Yes. Drop as many files as you like and they are processed as a batch with the same settings, then downloaded together as a single ZIP. This is handy for product catalogs, gallery pages, and blog migrations.

Is EXIF data (location, camera info) removed?

Yes. Because the image is re-encoded through the browser canvas, metadata such as GPS coordinates, camera model, and timestamps is stripped from the output file. That is a privacy bonus when publishing photos online.

How to Resize an Image

  1. Drop your images above (one file or a batch).
  2. Open the Resize panel and enter your target width or height; the other dimension follows automatically to preserve aspect ratio.
  3. Pick an output format: WebP for websites, JPEG for photos going anywhere else, PNG for graphics that need transparency.
  4. Download the resized files individually or as a ZIP.

Everything runs locally in your browser, so resizing is instant, private, and works with no file size limits, even on large camera originals.

Frequently Asked Questions

How do I resize an image to exact dimensions?

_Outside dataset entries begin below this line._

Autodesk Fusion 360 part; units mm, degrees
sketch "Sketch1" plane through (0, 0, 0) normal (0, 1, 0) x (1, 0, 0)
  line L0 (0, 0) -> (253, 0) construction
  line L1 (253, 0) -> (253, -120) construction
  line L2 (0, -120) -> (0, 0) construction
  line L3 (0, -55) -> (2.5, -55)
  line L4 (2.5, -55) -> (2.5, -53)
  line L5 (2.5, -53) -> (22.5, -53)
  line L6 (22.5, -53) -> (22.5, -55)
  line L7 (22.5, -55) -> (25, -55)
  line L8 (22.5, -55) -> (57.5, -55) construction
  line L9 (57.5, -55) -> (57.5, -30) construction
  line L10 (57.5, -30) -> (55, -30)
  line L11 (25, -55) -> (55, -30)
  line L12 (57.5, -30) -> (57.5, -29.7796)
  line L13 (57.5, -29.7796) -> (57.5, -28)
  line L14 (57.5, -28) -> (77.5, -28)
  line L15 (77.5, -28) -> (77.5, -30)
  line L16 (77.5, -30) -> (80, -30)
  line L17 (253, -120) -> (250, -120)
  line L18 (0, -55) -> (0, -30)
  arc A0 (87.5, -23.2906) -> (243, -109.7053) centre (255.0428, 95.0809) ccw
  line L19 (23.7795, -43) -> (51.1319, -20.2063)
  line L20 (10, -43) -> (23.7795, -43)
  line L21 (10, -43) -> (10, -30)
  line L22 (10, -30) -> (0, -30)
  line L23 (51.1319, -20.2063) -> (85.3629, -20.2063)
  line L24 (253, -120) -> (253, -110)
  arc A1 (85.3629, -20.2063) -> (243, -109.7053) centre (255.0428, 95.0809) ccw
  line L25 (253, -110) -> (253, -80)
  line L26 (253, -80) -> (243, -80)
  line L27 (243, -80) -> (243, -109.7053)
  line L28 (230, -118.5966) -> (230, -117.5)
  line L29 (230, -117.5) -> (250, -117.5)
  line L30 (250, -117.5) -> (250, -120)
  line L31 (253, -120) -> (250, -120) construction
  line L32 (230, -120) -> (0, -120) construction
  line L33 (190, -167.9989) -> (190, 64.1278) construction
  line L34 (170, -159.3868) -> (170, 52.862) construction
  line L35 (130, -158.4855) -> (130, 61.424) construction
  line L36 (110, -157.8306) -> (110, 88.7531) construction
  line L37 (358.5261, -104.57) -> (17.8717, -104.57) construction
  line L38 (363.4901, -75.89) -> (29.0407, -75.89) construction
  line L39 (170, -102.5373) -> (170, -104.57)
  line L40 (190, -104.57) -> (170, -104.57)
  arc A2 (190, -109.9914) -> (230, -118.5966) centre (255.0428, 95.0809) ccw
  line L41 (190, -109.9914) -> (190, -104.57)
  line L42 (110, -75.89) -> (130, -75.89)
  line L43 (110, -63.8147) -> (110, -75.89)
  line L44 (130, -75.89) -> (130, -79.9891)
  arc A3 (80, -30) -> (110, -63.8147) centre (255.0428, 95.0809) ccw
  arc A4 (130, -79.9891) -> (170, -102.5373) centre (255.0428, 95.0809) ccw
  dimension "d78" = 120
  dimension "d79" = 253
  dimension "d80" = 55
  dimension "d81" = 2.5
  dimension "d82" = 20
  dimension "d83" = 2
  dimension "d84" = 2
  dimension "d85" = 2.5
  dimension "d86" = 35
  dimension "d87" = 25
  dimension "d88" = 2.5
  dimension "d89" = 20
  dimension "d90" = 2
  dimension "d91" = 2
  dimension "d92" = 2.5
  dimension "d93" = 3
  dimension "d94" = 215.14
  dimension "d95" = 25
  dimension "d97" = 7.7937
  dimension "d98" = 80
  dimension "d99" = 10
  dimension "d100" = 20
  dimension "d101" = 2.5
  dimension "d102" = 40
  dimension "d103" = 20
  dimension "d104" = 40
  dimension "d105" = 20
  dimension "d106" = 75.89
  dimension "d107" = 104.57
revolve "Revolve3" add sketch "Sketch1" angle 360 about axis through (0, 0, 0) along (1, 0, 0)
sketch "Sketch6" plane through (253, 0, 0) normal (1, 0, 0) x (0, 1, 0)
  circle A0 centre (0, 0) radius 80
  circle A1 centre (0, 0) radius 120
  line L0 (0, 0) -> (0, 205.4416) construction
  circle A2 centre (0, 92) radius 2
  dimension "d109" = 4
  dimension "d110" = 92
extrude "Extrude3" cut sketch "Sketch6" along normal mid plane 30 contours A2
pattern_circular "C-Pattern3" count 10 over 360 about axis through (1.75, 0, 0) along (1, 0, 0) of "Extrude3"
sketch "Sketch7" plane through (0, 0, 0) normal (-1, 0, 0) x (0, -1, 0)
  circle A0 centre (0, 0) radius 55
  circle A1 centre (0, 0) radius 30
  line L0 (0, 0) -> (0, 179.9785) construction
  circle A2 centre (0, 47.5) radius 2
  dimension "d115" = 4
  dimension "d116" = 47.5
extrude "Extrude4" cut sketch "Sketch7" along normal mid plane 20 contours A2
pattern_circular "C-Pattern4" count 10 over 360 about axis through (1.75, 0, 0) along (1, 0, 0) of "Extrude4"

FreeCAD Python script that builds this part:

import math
import FreeCAD as App
import Part
import Sketcher

doc = App.newDocument("Part")
body = doc.addObject("PartDesign::Body", "Body")

# Sketch on XZ plane
sketch1 = body.newObject("Sketcher::SketchObject", "Sketch")
sketch1.AttachmentSupport = (doc.getObject("XZ_Plane"), [""])
sketch1.MapMode = "FlatFace"
sketch1.addGeometry(Part.LineSegment(App.Vector(0, 30, 0), App.Vector(0, 55, 0)), False)
sketch1.addGeometry(Part.LineSegment(App.Vector(0, 55, 0), App.Vector(2.5, 55, 0)), False)
sketch1.addGeometry(Part.LineSegment(App.Vector(2.5, 55, 0), App.Vector(2.5, 53, 0)), False)
sketch1.addGeometry(Part.LineSegment(App.Vector(2.5, 53, 0), App.Vector(22.5, 53, 0)), False)
sketch1.addGeometry(Part.LineSegment(App.Vector(22.5, 53, 0), App.Vector(22.5, 55, 0)), False)
sketch1.addGeometry(Part.LineSegment(App.Vector(22.5, 55, 0), App.Vector(25, 55, 0)), False)
sketch1.addGeometry(Part.LineSegment(App.Vector(25, 55, 0), App.Vector(55, 30, 0)), False)
sketch1.addGeometry(Part.LineSegment(App.Vector(55, 30, 0), App.Vector(57.5, 30, 0)), False)
sketch1.addGeometry(Part.LineSegment(App.Vector(57.5, 30, 0), App.Vector(57.5, 28, 0)), False)
sketch1.addGeometry(Part.LineSegment(App.Vector(57.5, 28, 0), App.Vector(77.5, 28, 0)), False)
sketch1.addGeometry(Part.LineSegment(App.Vector(77.5, 28, 0), App.Vector(77.5, 30, 0)), False)
sketch1.addGeometry(Part.LineSegment(App.Vector(77.5, 30, 0), App.Vector(80, 30, 0)), False)
sketch1.addGeometry(Part.ArcOfCircle(Part.Circle(App.Vector(255, -95.1, 0), App.Vector(0, 0, 1), 215.1), math.radians(132.39), math.radians(144.45)), False)
sketch1.addGeometry(Part.LineSegment(App.Vector(110, 63.8, 0), App.Vector(110, 75.9, 0)), False)
sketch1.addGeometry(Part.LineSegment(App.Vector(110, 75.9, 0), App.Vector(130, 75.9, 0)), False)
sketch1.addGeometry(Part.LineSegment(App.Vector(130, 75.9, 0), App.Vector(130, 80, 0)), False)
sketch1.addGeometry(Part.ArcOfCircle(Part.Circle(App.Vector(255, -95.1, 0), App.Vector(0, 0, 1), 215.1), math.radians(113.28), math.radians(125.54)), False)
sketch1.addGeometry(Part.LineSegment(App.Vector(170, 102.5, 0), App.Vector(170, 104.6, 0)), False)
sketch1.addGeometry(Part.LineSegment(App.Vector(170, 104.6, 0), App.Vector(190, 104.6, 0)), False)
sketch1.addGeometry(Part.LineSegment(App.Vector(190, 104.6, 0), App.Vector(190, 110, 0)), False)
sketch1.addGeometry(Part.ArcOfCircle(Part.Circle(App.Vector(255, -95.1, 0), App.Vector(0, 0, 1), 215.1), math.radians(96.68), math.radians(107.6)), False)
sketch1.addGeometry(Part.LineSegment(App.Vector(230, 118.6, 0), App.Vector(230, 117.5, 0)), False)
sketch1.addGeometry(Part.LineSegment(App.Vector(230, 117.5, 0), App.Vector(250, 117.5, 0)), False)
sketch1.addGeometry(Part.LineSegment(App.Vector(250, 117.5, 0), App.Vector(250, 120, 0)), False)
sketch1.addGeometry(Part.LineSegment(App.Vector(250, 120, 0), App.Vector(253, 120, 0)), False)
sketch1.addGeometry(Part.LineSegment(App.Vector(253, 120, 0), App.Vector(253, 80, 0)), False)
sketch1.addGeometry(Part.LineSegment(App.Vector(253, 80, 0), App.Vector(243, 80, 0)), False)
sketch1.addGeometry(Part.LineSegment(App.Vector(243, 80, 0), App.Vector(243, 109.7, 0)), False)
sketch1.addGeometry(Part.ArcOfCircle(Part.Circle(App.Vector(255, -95.1, 0), App.Vector(0, 0, 1), 205.1), math.radians(93), math.radians(145)), False)
sketch1.addGeometry(Part.ArcOfCircle(Part.Circle(App.Vector(255, -95.1, 0), App.Vector(0, 0, 1), 205.1), math.radians(144.76), math.radians(145.81)), False)
sketch1.addGeometry(Part.LineSegment(App.Vector(85.4, 20.2, 0), App.Vector(51.1, 20.2, 0)), False)
sketch1.addGeometry(Part.LineSegment(App.Vector(51.1, 20.2, 0), App.Vector(23.8, 43, 0)), False)
sketch1.addGeometry(Part.LineSegment(App.Vector(23.8, 43, 0), App.Vector(10, 43, 0)), False)
sketch1.addGeometry(Part.LineSegment(App.Vector(10, 43, 0), App.Vector(10, 30, 0)), False)
sketch1.addGeometry(Part.LineSegment(App.Vector(10, 30, 0), App.Vector(0, 30, 0)), False)
sketch1.addConstraint(Sketcher.Constraint("Coincident", 0, 2, 1, 1))
sketch1.addConstraint(Sketcher.Constraint("Coincident", 1, 2, 2, 1))
sketch1.addConstraint(Sketcher.Constraint("Coincident", 2, 2, 3, 1))
sketch1.addConstraint(Sketcher.Constraint("Coincident", 3, 2, 4, 1))
sketch1.addConstraint(Sketcher.Constraint("Coincident", 4, 2, 5, 1))
sketch1.addConstraint(Sketcher.Constraint("Coincident", 5, 2, 6, 1))
sketch1.addConstraint(Sketcher.Constraint("Coincident", 6, 2, 7, 1))
sketch1.addConstraint(Sketcher.Constraint("Coincident", 7, 2, 8, 1))
sketch1.addConstraint(Sketcher.Constraint("Coincident", 8, 2, 9, 1))
sketch1.addConstraint(Sketcher.Constraint("Coincident", 9, 2, 10, 1))
sketch1.addConstraint(Sketcher.Constraint("Coincident", 10, 2, 11, 1))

Drop the image above, open the Resize panel, and enter the width or height you need. The aspect ratio stays locked by default so the image never looks stretched; unlock it only when a platform demands an exact non-matching size, and expect some cropping or distortion in that case.

What are the common sizes for social media in 2026?
  • Instagram post: 1080 x 1080 (square) or 1080 x 1350 (portrait)
  • Instagram story / Reel cover: 1080 x 1920
  • Facebook cover: 820 x 312, post images 1200 x 630
  • X/Twitter post image: 1600 x 900, header 1500 x 500
  • LinkedIn post image: 1200 x 627, company banner 1128 x 191
  • YouTube thumbnail: 1280 x 720
  • Open Graph (link previews): 1200 x 630
Does enlarging an image reduce quality?

Yes. Scaling up cannot invent detail that was never captured, so enlarged images look soft. Shrinking is safe and usually improves file size dramatically. If you must enlarge, keep it under about 1.5x and expect some softness.

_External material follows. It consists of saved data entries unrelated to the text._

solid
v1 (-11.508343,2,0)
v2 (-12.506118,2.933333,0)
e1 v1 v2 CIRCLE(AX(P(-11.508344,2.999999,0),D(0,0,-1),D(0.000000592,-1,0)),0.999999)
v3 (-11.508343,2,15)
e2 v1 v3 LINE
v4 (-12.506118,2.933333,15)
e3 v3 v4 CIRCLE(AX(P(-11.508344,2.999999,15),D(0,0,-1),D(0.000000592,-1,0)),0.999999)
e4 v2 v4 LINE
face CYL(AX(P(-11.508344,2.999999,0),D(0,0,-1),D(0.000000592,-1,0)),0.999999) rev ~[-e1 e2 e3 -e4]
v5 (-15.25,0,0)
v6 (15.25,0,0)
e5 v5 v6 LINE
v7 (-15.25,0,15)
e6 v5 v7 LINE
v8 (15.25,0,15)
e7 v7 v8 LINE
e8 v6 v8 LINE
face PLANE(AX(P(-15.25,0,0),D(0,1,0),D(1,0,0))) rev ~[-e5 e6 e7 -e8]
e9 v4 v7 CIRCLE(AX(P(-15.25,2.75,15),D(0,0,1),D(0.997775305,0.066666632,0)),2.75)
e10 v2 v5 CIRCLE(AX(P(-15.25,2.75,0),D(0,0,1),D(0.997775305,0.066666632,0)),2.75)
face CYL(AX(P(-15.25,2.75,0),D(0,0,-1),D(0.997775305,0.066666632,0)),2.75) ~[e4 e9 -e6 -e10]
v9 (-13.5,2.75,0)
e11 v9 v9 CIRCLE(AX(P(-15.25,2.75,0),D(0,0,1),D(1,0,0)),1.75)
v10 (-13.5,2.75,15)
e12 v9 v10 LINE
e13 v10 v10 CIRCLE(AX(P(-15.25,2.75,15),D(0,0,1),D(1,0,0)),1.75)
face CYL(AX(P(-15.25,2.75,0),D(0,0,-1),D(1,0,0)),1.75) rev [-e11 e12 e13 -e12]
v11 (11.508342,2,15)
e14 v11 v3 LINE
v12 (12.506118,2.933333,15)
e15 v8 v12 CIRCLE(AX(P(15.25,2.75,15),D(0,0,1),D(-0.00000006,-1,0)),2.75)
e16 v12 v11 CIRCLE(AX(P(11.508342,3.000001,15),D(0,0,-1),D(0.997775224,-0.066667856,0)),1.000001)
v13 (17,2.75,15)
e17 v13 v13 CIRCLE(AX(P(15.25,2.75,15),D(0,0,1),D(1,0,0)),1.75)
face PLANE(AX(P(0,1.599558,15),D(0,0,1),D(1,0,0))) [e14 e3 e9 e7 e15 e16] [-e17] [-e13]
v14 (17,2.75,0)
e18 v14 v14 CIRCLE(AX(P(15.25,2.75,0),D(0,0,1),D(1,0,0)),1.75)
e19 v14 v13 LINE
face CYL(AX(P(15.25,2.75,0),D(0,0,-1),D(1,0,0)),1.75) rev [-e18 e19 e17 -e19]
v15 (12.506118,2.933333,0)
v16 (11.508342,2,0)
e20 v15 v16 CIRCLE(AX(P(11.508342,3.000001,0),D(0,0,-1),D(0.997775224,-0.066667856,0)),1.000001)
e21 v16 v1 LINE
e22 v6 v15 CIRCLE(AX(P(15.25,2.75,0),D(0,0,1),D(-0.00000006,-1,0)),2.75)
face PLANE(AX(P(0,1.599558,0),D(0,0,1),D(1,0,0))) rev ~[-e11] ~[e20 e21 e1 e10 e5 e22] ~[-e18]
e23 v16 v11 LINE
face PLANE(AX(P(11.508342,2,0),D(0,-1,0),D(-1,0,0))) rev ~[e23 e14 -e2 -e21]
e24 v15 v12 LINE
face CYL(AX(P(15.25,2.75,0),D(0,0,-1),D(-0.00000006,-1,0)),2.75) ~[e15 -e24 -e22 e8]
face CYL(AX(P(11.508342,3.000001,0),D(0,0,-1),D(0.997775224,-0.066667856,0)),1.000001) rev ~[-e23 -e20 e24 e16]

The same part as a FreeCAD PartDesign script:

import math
import FreeCAD as App
import Part
import Sketcher

V = App.Vector
Q = App.Units.Quantity

doc = App.newDocument("Part")
params = doc.addObject("Spreadsheet::Sheet", "Params")
for row, (alias, value) in enumerate([
    ("sketch1_radius", "0.999999 mm"),
    ("sketch1_diameter", "3.5 mm"),
    ("sketch1_radius2", "2.75 mm"),
    ("sketch1_width", "30.5 mm"),
    ("pad1_length", "15 mm"),
], start=1):
    params.set(f"A{row}", alias)
    params.set(f"B{row}", "=" + value)
    params.setAlias(f"B{row}", alias)

body = doc.addObject("PartDesign::Body", "Body")

sketch1 = body.newObject("Sketcher::SketchObject", "Sketch")
sketch1.AttachmentSupport = (doc.getObject("XY_Plane"), [""])
sketch1.MapMode = "FlatFace"
sketch1.addGeometry([
    Part.ArcOfCircle(Part.Circle(V(-11.5, 3, 0), V(0, 0, 1), 1), math.radians(-176), math.radians(-90)),
    Part.ArcOfCircle(Part.Circle(V(-15.2, 2.7, 0), V(0, 0, 1), 2.7), math.radians(4), math.radians(270)),
    Part.LineSegment(V(-15.2, 0, 0), V(15.2, 0, 0)),
    Part.ArcOfCircle(Part.Circle(V(15.3, 2.8, 0), V(0, 0, 1), 2.8), math.radians(-90), math.radians(176)),
    Part.ArcOfCircle(Part.Circle(V(11.5, 3, 0), V(0, 0, 1), 1), math.radians(-90), math.radians(-4)),
    Part.LineSegment(V(11.5, 2, 0), V(-11.5, 2, 0)),
    Part.Circle(V(-15.2, 2.8, 0), V(0, 0, 1), 1.8),
    Part.Circle(V(15.2, 2.8, 0), V(0, 0, 1), 1.8),
], False)
sketch1.addConstraint([
    Sketcher.Constraint("Tangent", 0, 1, 1, 1),
    Sketcher.Constraint("Tangent", 1, 2, 2, 1),
    Sketcher.Constraint("Tangent", 2, 2, 3, 1),
    Sketcher.Constraint("Tangent", 3, 2, 4, 2),
    Sketcher.Constraint("Tangent", 4, 1, 5, 1),
    Sketcher.Constraint("Tangent", 5, 2, 0, 2),
    Sketcher.Constraint("Horizontal", 2),
    Sketcher.Constraint("Horizontal", 5),
    Sketcher.Constraint("Coincident", 6, 3, 1, 3),
    Sketcher.Constraint("Coincident", 7, 3, 3, 3),
    Sketcher.Constraint("Equal", 1, 3),
    Sketcher.Constraint("Equal", 0, 4),
    Sketcher.Constraint("Equal", 6, 7),
    Sketcher.Constraint("Symmetric", 1, 2, 2, 2, -1, 1),
    Sketcher.Constraint("Radius", 0, Q("0.999999 mm")),
    Sketcher.Constraint("Diameter", 6, Q("3.5 mm")),
    Sketcher.Constraint("Radius", 1, Q("2.75 mm")),
    Sketcher.Constraint("DistanceX", 2, 1, 2, 2, Q("30.5 mm")),
    Sketcher.Constraint("DistanceY", -1, 1, 0, 3, Q("2.999999 mm")),
])
sketch1.setExpression("Constraints[14]", "Params.sketch1_radius")
sketch1.setExpression("Constraints[15]", "Params.sketch1_diameter")
sketch1.setExpression("Constraints[16]", "Params.sketch1_radius2")
sketch1.setExpression("Constraints[17]", "Params.sketch1_width")
pad1 = body.newObject("PartDesign::Pad", "Pad")
pad1.Profile = sketch1
pad1.setExpression("Length", "Params.pad1_length")

doc.recompute()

Can I resize many images at once?

Yes. Drop a whole folder's worth of files and the same resize settings apply to every image in the batch; download the results as a ZIP. Handy for product catalogs and gallery uploads.

Why resize instead of letting the website scale it?

A browser can display a 4000px image in a 400px slot, but every visitor still downloads all 4000 pixels. Resizing to the real display size is usually the single biggest page-speed win available, bigger than compression itself, and helps your Core Web Vitals scores.